1. Condition suspensive sans terme fixe stipulée dans la promesse de vente

2. Modalités de désignation du syndic de copropriété

3. Recours du syndic contre une décision administrative

4. Propriété du sous-sol

5. Indexation du loyer

6. Concours du bailleur à la  sous-location

7. Cumul de rémunération de l’agent immobilier

1. Condition suspensive sans terme fixe stipulée dans la promesse de vente

3ème Civ. 20 mai 2015 (n°14-11.851) FS-PB :

Par un acte sous seing privé du 1er novembre 2004, un propriétaire a vendu une parcelle de terre à un acquéreur sous la condition suspensive de l’obtention d’un certificat d’urbanisme.

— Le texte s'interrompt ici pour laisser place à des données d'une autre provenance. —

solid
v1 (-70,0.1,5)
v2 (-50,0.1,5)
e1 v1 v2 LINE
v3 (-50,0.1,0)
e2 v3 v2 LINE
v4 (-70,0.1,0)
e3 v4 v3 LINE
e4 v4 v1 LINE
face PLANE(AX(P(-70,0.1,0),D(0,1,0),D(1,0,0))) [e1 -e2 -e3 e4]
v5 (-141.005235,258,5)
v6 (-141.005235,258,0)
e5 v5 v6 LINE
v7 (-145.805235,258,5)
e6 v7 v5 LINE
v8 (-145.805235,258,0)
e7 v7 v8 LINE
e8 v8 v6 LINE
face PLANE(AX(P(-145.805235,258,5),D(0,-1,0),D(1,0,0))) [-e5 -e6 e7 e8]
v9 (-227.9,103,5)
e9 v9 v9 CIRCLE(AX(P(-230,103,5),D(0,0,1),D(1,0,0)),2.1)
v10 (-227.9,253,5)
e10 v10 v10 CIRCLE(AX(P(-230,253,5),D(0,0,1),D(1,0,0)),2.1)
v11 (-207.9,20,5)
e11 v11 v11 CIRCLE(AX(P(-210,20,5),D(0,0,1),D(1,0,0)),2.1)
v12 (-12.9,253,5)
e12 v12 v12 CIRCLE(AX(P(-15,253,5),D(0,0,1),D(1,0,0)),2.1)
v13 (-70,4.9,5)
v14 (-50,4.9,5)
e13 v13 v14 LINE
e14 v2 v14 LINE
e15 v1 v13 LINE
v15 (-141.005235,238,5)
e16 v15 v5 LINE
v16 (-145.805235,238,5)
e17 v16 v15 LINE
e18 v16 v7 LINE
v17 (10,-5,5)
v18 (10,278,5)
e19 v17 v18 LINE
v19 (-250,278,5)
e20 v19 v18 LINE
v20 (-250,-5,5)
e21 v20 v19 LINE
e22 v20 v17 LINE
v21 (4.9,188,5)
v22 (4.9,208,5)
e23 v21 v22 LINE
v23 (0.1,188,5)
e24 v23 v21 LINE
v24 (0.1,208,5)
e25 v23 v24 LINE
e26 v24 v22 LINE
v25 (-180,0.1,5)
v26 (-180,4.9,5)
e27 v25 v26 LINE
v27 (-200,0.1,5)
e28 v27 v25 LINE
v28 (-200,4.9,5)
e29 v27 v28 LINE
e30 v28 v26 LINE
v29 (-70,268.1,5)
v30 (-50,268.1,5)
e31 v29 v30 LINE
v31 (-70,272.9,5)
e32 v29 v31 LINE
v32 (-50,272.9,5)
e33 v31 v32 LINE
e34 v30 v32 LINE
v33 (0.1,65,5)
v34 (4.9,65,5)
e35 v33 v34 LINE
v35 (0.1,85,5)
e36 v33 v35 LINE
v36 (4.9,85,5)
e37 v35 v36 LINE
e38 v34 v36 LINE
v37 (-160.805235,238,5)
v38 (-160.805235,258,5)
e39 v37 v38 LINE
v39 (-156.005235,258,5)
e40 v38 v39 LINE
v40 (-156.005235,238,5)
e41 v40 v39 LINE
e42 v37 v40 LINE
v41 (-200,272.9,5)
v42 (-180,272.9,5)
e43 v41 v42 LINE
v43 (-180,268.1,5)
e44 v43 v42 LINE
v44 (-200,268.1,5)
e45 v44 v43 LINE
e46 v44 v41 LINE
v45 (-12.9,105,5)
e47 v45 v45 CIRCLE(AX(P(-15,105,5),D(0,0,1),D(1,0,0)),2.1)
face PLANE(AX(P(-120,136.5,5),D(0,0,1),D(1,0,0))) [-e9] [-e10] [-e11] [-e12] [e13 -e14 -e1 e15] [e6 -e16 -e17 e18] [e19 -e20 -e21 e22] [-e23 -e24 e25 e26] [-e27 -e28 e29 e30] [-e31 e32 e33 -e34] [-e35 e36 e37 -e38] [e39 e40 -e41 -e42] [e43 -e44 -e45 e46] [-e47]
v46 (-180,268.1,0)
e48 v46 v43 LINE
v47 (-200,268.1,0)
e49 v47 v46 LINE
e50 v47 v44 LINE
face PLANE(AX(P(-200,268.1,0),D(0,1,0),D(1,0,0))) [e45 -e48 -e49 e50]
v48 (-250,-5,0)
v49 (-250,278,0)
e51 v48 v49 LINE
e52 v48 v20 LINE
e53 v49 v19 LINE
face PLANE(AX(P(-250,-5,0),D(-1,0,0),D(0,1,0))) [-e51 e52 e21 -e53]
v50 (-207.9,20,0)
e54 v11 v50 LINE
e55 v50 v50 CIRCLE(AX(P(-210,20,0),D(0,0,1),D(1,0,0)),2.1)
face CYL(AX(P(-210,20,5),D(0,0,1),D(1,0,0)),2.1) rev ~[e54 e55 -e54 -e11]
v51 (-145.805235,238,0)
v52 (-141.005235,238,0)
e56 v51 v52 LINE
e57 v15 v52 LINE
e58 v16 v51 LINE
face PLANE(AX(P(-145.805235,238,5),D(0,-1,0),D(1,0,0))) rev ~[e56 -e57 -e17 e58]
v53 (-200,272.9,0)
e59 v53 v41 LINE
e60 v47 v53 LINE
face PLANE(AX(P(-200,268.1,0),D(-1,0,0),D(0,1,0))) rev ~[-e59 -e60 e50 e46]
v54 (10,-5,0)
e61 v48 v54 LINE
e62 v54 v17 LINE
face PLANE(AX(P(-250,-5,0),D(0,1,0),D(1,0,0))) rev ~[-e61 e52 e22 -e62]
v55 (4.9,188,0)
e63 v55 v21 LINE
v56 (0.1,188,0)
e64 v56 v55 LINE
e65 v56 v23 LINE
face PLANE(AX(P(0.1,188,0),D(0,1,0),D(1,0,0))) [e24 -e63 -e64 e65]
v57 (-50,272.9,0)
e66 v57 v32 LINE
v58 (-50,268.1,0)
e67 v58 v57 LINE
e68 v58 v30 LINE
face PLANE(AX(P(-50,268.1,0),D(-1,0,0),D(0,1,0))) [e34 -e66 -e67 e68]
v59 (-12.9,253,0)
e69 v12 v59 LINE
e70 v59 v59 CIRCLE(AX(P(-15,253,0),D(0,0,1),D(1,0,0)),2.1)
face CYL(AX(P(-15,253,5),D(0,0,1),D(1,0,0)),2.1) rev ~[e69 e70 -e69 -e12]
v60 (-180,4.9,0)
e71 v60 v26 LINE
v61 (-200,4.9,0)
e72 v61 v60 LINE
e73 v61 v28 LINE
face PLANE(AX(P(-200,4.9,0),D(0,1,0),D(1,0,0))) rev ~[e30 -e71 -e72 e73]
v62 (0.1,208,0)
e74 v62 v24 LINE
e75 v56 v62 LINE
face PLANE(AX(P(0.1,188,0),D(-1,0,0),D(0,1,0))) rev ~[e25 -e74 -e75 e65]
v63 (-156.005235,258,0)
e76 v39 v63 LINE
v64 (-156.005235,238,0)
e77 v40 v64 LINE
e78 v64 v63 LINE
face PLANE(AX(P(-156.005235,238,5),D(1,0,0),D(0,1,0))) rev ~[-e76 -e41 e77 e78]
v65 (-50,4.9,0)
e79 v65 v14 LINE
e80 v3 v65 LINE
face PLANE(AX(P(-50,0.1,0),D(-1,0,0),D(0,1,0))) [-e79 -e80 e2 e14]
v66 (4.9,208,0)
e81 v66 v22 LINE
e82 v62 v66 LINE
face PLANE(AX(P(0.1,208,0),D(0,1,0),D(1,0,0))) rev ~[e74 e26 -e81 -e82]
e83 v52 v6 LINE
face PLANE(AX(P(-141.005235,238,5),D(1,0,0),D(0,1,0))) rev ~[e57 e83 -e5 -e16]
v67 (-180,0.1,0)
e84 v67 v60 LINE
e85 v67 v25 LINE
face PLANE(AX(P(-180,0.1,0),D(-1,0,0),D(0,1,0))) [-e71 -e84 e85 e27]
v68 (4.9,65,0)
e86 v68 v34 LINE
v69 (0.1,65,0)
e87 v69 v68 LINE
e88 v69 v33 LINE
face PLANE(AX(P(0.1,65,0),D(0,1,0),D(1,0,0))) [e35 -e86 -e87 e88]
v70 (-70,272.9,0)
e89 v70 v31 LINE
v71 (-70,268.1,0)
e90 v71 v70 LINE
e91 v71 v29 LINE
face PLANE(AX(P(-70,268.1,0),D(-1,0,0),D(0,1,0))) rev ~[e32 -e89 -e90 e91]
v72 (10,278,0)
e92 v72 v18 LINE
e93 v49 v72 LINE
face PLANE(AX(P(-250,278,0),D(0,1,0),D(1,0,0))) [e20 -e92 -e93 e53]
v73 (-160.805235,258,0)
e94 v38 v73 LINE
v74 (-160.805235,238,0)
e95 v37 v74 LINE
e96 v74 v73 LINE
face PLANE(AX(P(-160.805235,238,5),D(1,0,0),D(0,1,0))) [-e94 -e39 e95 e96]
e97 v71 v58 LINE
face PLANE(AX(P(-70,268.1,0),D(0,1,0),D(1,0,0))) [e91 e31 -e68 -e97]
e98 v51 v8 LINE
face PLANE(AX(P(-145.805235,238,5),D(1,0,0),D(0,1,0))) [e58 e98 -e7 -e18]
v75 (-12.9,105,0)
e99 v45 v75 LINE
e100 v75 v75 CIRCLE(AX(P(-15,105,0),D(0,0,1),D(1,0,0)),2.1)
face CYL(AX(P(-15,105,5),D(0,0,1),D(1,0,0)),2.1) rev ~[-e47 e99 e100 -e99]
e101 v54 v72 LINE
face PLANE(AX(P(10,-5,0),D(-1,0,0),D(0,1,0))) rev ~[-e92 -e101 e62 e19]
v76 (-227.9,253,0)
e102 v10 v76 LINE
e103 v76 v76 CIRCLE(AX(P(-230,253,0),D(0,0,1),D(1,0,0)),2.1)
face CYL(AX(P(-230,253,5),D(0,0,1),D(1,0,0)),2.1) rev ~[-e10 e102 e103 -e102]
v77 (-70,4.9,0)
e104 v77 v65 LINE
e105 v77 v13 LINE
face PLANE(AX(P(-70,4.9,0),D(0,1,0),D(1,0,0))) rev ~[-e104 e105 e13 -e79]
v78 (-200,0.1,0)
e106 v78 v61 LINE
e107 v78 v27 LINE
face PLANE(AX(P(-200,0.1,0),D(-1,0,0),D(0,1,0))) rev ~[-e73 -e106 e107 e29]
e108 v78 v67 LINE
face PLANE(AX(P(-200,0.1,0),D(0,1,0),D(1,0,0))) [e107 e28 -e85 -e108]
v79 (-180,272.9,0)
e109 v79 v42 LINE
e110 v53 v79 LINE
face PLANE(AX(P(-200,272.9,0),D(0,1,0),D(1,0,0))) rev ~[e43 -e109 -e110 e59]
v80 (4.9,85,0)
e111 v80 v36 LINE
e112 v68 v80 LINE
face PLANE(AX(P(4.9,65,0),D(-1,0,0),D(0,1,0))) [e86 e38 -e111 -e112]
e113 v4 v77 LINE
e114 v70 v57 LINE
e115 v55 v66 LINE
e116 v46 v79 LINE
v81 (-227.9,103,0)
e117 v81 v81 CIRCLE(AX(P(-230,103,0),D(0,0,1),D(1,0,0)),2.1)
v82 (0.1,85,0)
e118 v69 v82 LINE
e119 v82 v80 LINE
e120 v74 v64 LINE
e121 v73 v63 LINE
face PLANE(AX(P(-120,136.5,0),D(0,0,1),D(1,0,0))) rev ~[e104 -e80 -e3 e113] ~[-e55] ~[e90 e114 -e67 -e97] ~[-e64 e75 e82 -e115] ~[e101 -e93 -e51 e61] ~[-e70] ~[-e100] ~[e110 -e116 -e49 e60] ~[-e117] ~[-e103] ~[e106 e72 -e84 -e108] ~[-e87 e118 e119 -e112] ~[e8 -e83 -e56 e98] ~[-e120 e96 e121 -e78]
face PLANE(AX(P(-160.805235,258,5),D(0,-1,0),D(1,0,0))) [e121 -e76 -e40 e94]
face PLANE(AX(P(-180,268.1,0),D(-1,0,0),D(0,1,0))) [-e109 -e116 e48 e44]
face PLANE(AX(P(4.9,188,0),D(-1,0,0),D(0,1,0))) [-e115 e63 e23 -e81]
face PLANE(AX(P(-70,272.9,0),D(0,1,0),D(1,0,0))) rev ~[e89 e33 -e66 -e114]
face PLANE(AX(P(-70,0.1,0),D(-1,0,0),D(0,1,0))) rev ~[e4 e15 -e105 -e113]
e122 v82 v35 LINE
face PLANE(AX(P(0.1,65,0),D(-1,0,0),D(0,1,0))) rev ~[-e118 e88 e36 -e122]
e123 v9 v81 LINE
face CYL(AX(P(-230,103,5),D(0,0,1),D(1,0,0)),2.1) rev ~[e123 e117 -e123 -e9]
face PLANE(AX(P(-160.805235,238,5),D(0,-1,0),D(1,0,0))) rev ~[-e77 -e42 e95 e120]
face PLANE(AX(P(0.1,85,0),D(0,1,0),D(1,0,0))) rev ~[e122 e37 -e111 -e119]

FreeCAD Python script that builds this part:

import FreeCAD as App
import Part
import Sketcher

doc = App.newDocument("Part")
body = doc.addObject("PartDesign::Body", "Body")

sketch1 = body.newObject("Sketcher::SketchObject", "Sketch")
sketch1.AttachmentSupport = (doc.getObject("XY_Plane"), [""])
sketch1.MapMode = "FlatFace"
sketch1.addGeometry([
    Part.LineSegment(App.Vector(-250, 278, 0), App.Vector(-250, -5, 0)),
    Part.LineSegment(App.Vector(-250, -5, 0), App.Vector(10, -5, 0)),
    Part.LineSegment(App.Vector(10, -5, 0), App.Vector(10, 278, 0)),
    Part.LineSegment(App.Vector(10, 278, 0), App.Vector(-250, 278, 0)),
    Part.LineSegment(App.Vector(-180, 0.1, 0), App.Vector(-200, 0.1, 0)),
    Part.LineSegment(App.Vector(-200, 0.1, 0), App.Vector(-200, 4.9, 0)),
    Part.LineSegment(App.Vector(-200, 4.9, 0), App.Vector(-180, 4.9, 0)),
    Part.LineSegment(App.Vector(-180, 4.9, 0), App.Vector(-180, 0.1, 0)),
    Part.LineSegment(App.Vector(-50, 0.1, 0), App.Vector(-70, 0.1, 0)),
    Part.LineSegment(App.Vector(-70, 0.1, 0), App.Vector(-70, 4.9, 0)),
    Part.LineSegment(App.Vector(-70, 4.9, 0), App.Vector(-50, 4.9, 0)),
    Part.LineSegment(App.Vector(-50, 4.9, 0), App.Vector(-50, 0.1, 0)),
    Part.LineSegment(App.Vector(4.9, 65, 0), App.Vector(0.1, 65, 0)),
    Part.LineSegment(App.Vector(0.1, 65, 0), App.Vector(0.1, 85, 0)),
    Part.LineSegment(App.Vector(0.1, 85, 0), App.Vector(4.9, 85, 0)),
    Part.LineSegment(App.Vector(4.9, 85, 0), App.Vector(4.9, 65, 0)),
    Part.LineSegment(App.Vector(-180, 268.1, 0), App.Vector(-200, 268.1, 0)),
    Part.LineSegment(App.Vector(-200, 268.1, 0), App.Vector(-200, 272.9, 0)),
    Part.LineSegment(App.Vector(-200, 272.9, 0), App.Vector(-180, 272.9, 0)),
    Part.LineSegment(App.Vector(-180, 272.9, 0), App.Vector(-180, 268.1, 0)),
    Part.LineSegment(App.Vector(4.9, 188, 0), App.Vector(0.1, 188, 0)),
    Part.LineSegment(App.Vector(0.1, 188, 0), App.Vector(0.1, 208, 0)),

Le 21 mai 2010, l’acquéreur a assigné les héritiers du vendeur afin d’obtenir la réitération de la vente.

La Cour de cassation a confirmé l’arrêt d’appel rejetant cette demande. La cour d’appel avait d’une part relevé que le certificat d’urbanisme n’avait été demandé que plusieurs années après la signature du contrat de vente et postérieurement à l’introduction de l’instance. Elle avait considéré d’autre part, que la stipulation d’une condition suspensive sans terme fixe ne pouvait pour autant conférer à l’obligation un caractère perpétuel. Ainsi, en l’absence d’indexation du prix et de coefficient de revalorisation, la cour avait retenu que les parties avaient eu la commune intention de fixer un délai raisonnable pour la réalisation de la condition suspensive et en avait déduit que la promesse de vente était caduque.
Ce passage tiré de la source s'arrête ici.